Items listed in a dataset

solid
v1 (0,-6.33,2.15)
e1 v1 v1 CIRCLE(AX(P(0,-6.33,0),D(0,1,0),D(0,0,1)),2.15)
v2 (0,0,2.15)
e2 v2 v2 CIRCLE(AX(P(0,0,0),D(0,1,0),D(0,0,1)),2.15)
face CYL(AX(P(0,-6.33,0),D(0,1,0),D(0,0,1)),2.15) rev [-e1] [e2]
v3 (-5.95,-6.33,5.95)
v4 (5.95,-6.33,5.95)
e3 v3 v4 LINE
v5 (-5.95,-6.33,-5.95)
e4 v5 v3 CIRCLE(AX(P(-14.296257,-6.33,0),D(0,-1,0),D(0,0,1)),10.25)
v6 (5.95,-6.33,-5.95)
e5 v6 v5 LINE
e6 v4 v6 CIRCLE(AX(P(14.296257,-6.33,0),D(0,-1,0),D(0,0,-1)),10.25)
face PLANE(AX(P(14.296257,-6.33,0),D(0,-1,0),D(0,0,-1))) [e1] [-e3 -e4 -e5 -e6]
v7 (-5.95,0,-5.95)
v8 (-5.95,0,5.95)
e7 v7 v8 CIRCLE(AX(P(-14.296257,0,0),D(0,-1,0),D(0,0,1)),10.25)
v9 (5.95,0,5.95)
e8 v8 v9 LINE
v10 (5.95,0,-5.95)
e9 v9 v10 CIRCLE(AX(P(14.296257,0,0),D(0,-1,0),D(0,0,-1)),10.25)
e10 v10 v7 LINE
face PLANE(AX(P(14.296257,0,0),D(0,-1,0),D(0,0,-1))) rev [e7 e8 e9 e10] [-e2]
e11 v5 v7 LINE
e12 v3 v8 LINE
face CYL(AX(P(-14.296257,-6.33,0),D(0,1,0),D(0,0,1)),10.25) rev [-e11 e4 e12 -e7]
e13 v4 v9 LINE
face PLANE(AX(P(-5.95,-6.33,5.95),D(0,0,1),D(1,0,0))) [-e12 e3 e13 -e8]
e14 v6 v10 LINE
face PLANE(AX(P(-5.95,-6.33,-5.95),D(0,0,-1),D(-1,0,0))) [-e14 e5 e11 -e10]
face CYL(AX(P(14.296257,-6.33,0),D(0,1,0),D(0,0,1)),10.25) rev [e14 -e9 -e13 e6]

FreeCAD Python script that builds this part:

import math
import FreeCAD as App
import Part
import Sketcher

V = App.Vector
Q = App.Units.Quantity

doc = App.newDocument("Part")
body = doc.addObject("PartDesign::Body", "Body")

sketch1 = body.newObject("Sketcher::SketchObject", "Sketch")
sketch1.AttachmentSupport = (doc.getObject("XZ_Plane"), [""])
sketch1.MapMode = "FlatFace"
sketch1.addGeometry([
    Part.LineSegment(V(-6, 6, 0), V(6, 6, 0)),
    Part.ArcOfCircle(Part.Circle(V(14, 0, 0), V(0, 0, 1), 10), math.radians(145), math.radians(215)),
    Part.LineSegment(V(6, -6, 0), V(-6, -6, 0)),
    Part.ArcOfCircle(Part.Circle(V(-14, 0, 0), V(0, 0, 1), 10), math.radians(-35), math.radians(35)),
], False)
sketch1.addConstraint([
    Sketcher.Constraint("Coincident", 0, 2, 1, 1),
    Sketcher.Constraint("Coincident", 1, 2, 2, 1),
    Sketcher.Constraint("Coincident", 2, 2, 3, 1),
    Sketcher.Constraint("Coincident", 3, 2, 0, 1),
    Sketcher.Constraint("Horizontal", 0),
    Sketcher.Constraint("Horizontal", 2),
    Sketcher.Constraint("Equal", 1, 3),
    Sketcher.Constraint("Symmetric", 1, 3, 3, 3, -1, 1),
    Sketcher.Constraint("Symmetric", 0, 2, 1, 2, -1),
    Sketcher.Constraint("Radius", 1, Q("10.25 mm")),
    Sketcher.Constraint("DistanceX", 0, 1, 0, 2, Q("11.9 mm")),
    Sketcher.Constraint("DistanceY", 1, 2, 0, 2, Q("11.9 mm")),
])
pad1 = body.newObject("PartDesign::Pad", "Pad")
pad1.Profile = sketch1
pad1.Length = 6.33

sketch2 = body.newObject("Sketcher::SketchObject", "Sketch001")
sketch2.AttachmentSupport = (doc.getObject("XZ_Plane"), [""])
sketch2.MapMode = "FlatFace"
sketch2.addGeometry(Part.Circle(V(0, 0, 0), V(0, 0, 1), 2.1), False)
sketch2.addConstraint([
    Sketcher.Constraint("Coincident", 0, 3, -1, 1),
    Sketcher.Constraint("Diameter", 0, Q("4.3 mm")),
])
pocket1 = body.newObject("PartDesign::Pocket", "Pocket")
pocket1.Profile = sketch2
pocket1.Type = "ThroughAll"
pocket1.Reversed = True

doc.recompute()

==

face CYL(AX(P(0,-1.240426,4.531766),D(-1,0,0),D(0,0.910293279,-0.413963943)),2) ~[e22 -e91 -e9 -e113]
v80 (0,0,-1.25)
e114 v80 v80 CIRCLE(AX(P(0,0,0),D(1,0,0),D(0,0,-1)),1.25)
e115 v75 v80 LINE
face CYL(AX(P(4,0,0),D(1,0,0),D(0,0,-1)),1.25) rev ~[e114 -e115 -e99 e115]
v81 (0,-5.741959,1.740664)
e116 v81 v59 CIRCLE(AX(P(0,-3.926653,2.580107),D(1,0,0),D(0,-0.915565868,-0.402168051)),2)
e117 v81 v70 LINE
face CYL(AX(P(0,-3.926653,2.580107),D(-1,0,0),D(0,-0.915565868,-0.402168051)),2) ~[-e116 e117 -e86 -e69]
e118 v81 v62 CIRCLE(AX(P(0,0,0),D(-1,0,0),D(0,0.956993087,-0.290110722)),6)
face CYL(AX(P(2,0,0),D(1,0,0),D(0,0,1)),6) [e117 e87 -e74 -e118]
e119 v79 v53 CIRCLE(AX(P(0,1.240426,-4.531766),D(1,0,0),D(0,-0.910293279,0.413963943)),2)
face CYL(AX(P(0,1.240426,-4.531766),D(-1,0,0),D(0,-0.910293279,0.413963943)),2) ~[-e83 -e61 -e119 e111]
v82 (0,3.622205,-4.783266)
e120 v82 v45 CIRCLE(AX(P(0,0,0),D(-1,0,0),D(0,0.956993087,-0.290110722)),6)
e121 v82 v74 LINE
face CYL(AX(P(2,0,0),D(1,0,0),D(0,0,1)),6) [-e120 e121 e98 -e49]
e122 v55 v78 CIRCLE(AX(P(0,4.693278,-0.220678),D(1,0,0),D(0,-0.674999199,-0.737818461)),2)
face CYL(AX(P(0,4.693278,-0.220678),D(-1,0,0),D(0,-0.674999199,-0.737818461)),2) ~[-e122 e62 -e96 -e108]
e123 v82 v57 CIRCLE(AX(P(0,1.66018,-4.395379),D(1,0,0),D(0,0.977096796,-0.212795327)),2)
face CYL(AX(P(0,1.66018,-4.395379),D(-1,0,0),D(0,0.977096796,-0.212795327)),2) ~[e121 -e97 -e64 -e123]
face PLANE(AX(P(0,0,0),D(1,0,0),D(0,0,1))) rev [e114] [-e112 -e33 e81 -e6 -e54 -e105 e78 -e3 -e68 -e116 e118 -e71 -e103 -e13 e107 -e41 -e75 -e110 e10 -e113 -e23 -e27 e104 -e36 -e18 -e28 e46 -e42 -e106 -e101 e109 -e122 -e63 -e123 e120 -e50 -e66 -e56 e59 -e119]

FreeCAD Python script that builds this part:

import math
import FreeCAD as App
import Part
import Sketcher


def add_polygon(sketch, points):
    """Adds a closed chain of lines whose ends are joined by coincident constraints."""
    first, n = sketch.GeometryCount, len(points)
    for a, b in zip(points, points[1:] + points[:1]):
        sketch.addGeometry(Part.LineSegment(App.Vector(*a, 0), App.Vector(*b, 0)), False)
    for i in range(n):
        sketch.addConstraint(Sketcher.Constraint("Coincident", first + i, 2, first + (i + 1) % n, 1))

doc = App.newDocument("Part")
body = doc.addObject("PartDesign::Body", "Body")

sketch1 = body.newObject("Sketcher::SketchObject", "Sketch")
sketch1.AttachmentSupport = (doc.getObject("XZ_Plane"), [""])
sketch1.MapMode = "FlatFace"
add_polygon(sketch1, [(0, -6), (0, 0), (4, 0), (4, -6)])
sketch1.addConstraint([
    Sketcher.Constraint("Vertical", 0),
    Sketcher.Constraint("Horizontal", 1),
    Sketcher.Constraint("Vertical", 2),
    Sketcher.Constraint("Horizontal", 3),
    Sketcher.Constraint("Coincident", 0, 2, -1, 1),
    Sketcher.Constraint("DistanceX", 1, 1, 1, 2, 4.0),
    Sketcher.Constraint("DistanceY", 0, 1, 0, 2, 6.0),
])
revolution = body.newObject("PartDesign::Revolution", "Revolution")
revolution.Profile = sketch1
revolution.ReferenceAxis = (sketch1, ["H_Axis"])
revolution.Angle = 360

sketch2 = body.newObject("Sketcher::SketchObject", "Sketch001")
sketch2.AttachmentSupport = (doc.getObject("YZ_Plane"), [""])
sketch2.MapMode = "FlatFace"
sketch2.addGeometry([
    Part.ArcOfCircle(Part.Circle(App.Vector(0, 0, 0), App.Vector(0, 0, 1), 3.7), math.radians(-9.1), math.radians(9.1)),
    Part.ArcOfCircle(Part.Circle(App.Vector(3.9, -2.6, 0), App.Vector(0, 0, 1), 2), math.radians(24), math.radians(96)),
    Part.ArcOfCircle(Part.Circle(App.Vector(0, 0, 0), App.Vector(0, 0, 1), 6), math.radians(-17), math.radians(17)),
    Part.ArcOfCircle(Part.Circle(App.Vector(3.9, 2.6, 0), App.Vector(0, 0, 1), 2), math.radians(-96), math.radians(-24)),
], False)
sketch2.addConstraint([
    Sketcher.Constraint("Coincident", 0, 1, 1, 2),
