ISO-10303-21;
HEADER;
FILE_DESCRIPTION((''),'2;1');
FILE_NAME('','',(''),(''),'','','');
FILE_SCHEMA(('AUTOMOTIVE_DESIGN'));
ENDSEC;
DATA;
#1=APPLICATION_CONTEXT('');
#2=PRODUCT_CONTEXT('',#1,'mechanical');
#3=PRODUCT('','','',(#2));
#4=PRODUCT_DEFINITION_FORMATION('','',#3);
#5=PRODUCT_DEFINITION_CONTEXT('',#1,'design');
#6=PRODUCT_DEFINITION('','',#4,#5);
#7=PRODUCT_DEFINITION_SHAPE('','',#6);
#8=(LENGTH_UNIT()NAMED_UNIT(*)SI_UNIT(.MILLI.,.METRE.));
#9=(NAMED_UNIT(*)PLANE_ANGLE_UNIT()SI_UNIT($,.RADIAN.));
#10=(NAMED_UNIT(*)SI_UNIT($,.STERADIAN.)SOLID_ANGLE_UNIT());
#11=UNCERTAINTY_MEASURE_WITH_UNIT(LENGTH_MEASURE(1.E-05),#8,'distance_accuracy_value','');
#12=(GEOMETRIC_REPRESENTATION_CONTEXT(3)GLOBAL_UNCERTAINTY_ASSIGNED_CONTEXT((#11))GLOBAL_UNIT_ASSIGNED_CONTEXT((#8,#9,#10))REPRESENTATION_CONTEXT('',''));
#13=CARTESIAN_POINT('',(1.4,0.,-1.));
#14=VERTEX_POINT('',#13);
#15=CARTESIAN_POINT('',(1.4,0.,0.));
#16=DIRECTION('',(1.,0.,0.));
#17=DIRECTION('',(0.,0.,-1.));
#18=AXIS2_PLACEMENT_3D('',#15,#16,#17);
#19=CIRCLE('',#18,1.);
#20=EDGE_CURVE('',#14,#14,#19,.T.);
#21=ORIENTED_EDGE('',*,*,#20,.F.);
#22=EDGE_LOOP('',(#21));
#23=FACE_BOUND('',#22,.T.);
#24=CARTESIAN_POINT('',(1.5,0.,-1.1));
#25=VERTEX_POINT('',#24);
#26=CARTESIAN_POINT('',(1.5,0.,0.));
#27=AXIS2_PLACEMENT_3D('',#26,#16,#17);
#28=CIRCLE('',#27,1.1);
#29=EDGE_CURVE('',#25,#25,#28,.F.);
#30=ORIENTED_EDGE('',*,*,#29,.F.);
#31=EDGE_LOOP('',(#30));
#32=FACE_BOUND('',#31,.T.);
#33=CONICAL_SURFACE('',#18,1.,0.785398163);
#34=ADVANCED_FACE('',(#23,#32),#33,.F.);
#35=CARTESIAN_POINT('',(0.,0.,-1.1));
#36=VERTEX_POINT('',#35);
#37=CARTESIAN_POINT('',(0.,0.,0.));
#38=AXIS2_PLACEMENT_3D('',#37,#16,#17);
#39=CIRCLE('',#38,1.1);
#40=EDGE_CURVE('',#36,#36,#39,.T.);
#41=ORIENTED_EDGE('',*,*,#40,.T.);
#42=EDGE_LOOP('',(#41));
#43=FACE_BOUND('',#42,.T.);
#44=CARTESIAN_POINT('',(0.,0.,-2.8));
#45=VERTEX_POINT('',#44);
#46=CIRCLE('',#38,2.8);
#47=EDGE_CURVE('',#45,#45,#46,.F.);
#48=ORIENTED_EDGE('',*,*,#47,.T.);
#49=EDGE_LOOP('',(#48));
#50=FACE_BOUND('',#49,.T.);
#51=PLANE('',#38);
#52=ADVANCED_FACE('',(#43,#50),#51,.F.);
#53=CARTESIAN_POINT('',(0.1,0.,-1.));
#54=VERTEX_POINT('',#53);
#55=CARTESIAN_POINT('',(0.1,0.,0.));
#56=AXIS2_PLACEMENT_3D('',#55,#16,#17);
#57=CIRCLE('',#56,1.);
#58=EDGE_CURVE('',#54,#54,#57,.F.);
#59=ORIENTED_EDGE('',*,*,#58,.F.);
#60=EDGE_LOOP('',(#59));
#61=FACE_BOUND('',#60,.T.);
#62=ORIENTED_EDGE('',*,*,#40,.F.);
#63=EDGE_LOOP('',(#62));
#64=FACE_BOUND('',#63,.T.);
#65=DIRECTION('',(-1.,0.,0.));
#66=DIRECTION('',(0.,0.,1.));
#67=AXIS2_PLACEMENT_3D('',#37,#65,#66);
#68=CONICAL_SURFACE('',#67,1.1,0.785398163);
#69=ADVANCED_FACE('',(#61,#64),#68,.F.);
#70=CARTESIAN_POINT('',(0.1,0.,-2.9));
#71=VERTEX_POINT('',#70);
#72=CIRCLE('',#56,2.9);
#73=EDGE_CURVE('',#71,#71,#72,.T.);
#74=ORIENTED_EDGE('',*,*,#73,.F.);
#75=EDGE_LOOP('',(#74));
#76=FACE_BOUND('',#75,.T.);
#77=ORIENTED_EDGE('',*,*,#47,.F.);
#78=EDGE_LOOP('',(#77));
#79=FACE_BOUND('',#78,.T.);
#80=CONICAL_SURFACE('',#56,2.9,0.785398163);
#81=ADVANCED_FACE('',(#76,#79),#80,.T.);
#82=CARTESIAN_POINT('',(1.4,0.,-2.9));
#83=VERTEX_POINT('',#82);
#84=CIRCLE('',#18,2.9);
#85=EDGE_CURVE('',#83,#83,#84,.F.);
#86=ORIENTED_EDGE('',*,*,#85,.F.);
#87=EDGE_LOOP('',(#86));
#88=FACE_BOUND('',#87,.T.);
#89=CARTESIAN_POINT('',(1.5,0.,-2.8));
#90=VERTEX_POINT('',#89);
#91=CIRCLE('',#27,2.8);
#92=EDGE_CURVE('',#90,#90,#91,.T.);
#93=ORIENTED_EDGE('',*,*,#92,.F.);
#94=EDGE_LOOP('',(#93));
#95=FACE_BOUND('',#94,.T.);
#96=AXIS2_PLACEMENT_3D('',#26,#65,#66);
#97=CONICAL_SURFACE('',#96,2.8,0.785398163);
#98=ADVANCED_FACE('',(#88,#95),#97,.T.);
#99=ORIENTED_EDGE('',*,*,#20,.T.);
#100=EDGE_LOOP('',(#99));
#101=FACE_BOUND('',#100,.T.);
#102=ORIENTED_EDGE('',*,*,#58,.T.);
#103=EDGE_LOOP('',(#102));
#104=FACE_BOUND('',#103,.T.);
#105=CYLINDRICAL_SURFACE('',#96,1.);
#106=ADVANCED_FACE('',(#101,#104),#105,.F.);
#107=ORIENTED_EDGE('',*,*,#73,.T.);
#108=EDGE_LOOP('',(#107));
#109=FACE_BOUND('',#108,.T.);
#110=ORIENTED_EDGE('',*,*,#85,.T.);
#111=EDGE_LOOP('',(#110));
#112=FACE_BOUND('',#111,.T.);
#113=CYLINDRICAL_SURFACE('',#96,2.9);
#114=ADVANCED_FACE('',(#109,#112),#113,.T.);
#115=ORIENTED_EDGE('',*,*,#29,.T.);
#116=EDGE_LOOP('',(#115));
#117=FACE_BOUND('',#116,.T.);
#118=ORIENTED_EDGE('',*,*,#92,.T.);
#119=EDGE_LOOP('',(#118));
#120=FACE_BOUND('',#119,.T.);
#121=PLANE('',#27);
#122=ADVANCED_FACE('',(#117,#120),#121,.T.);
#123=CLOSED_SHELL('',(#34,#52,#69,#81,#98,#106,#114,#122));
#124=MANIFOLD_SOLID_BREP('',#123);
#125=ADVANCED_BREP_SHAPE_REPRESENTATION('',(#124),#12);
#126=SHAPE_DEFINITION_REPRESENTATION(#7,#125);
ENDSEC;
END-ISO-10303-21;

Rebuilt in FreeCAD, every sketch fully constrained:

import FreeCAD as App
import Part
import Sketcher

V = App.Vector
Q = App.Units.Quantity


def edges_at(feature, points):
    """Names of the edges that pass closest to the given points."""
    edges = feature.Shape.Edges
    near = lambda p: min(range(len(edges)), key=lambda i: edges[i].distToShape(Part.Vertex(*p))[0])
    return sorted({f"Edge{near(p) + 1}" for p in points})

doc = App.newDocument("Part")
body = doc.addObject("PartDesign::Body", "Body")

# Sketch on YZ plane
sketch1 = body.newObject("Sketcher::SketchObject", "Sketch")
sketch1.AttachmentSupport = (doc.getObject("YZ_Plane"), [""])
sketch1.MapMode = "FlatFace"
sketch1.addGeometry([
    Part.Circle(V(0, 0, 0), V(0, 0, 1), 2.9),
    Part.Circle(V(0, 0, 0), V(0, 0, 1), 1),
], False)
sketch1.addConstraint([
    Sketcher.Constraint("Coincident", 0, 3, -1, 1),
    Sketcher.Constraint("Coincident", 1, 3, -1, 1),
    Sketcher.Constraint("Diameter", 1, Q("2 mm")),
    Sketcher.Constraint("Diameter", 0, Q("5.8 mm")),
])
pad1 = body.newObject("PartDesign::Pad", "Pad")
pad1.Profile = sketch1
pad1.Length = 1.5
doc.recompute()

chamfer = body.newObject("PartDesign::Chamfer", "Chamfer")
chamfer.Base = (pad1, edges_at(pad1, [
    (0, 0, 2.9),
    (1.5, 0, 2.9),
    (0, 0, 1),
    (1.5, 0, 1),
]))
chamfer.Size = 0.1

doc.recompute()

---

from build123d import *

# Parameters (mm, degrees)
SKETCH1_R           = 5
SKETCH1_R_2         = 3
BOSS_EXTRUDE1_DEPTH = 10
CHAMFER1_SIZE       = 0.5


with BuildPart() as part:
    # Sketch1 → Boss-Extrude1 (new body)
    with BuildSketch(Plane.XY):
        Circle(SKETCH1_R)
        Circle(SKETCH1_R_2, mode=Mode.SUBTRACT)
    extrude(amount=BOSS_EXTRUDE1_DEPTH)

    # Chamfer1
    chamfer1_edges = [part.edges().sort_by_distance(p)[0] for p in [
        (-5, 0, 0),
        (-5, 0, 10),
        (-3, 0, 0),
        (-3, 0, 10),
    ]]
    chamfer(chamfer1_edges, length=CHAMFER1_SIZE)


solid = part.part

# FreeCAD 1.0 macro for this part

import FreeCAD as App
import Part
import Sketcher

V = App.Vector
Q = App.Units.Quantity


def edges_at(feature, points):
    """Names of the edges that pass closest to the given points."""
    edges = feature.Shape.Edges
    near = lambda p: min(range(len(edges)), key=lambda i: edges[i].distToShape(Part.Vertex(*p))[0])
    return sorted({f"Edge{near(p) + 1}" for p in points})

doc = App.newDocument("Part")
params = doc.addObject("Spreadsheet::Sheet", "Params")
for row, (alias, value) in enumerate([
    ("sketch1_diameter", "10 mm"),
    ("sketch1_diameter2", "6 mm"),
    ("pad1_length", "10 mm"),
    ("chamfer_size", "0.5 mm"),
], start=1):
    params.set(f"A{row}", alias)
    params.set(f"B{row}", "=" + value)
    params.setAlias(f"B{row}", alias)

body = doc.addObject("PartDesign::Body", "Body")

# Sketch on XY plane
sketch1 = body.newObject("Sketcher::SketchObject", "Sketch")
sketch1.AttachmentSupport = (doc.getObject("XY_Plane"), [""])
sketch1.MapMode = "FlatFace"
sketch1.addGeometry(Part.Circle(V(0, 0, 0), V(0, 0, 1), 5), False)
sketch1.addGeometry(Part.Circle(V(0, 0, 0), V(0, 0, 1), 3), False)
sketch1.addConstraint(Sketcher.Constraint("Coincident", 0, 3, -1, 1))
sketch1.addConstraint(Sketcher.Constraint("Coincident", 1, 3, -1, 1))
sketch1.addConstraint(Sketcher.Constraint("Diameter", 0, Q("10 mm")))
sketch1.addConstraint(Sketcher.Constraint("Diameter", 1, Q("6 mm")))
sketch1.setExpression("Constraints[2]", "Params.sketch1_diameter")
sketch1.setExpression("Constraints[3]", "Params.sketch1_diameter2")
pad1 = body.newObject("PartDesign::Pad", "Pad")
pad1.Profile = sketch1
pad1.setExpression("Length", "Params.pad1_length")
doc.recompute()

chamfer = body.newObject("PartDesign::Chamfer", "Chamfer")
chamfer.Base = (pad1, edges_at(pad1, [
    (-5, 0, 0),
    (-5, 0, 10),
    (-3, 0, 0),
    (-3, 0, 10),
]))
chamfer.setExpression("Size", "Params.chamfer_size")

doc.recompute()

_Work order_
From the entries above, extract only the lines running from the one containing "#112=FACE_BOUND('',#111,.T.);" through the one containing "Rebuilt in FreeCAD, every", inclusive.

_Exercise solution_
#112=FACE_BOUND('',#111,.T.);
#113=CYLINDRICAL_SURFACE('',#96,2.9);
#114=ADVANCED_FACE('',(#109,#112),#113,.T.);
#115=ORIENTED_EDGE('',*,*,#29,.T.);
#116=EDGE_LOOP('',(#115));
#117=FACE_BOUND('',#116,.T.);
#118=ORIENTED_EDGE('',*,*,#92,.T.);
#119=EDGE_LOOP('',(#118));
#120=FACE_BOUND('',#119,.T.);
#121=PLANE('',#27);
#122=ADVANCED_FACE('',(#117,#120),#121,.T.);
#123=CLOSED_SHELL('',(#34,#52,#69,#81,#98,#106,#114,#122));
#124=MANIFOLD_SOLID_BREP('',#123);
#125=ADVANCED_BREP_SHAPE_REPRESENTATION('',(#124),#12);
#126=SHAPE_DEFINITION_REPRESENTATION(#7,#125);
ENDSEC;
END-ISO-10303-21;

Rebuilt in FreeCAD, every sketch fully constrained:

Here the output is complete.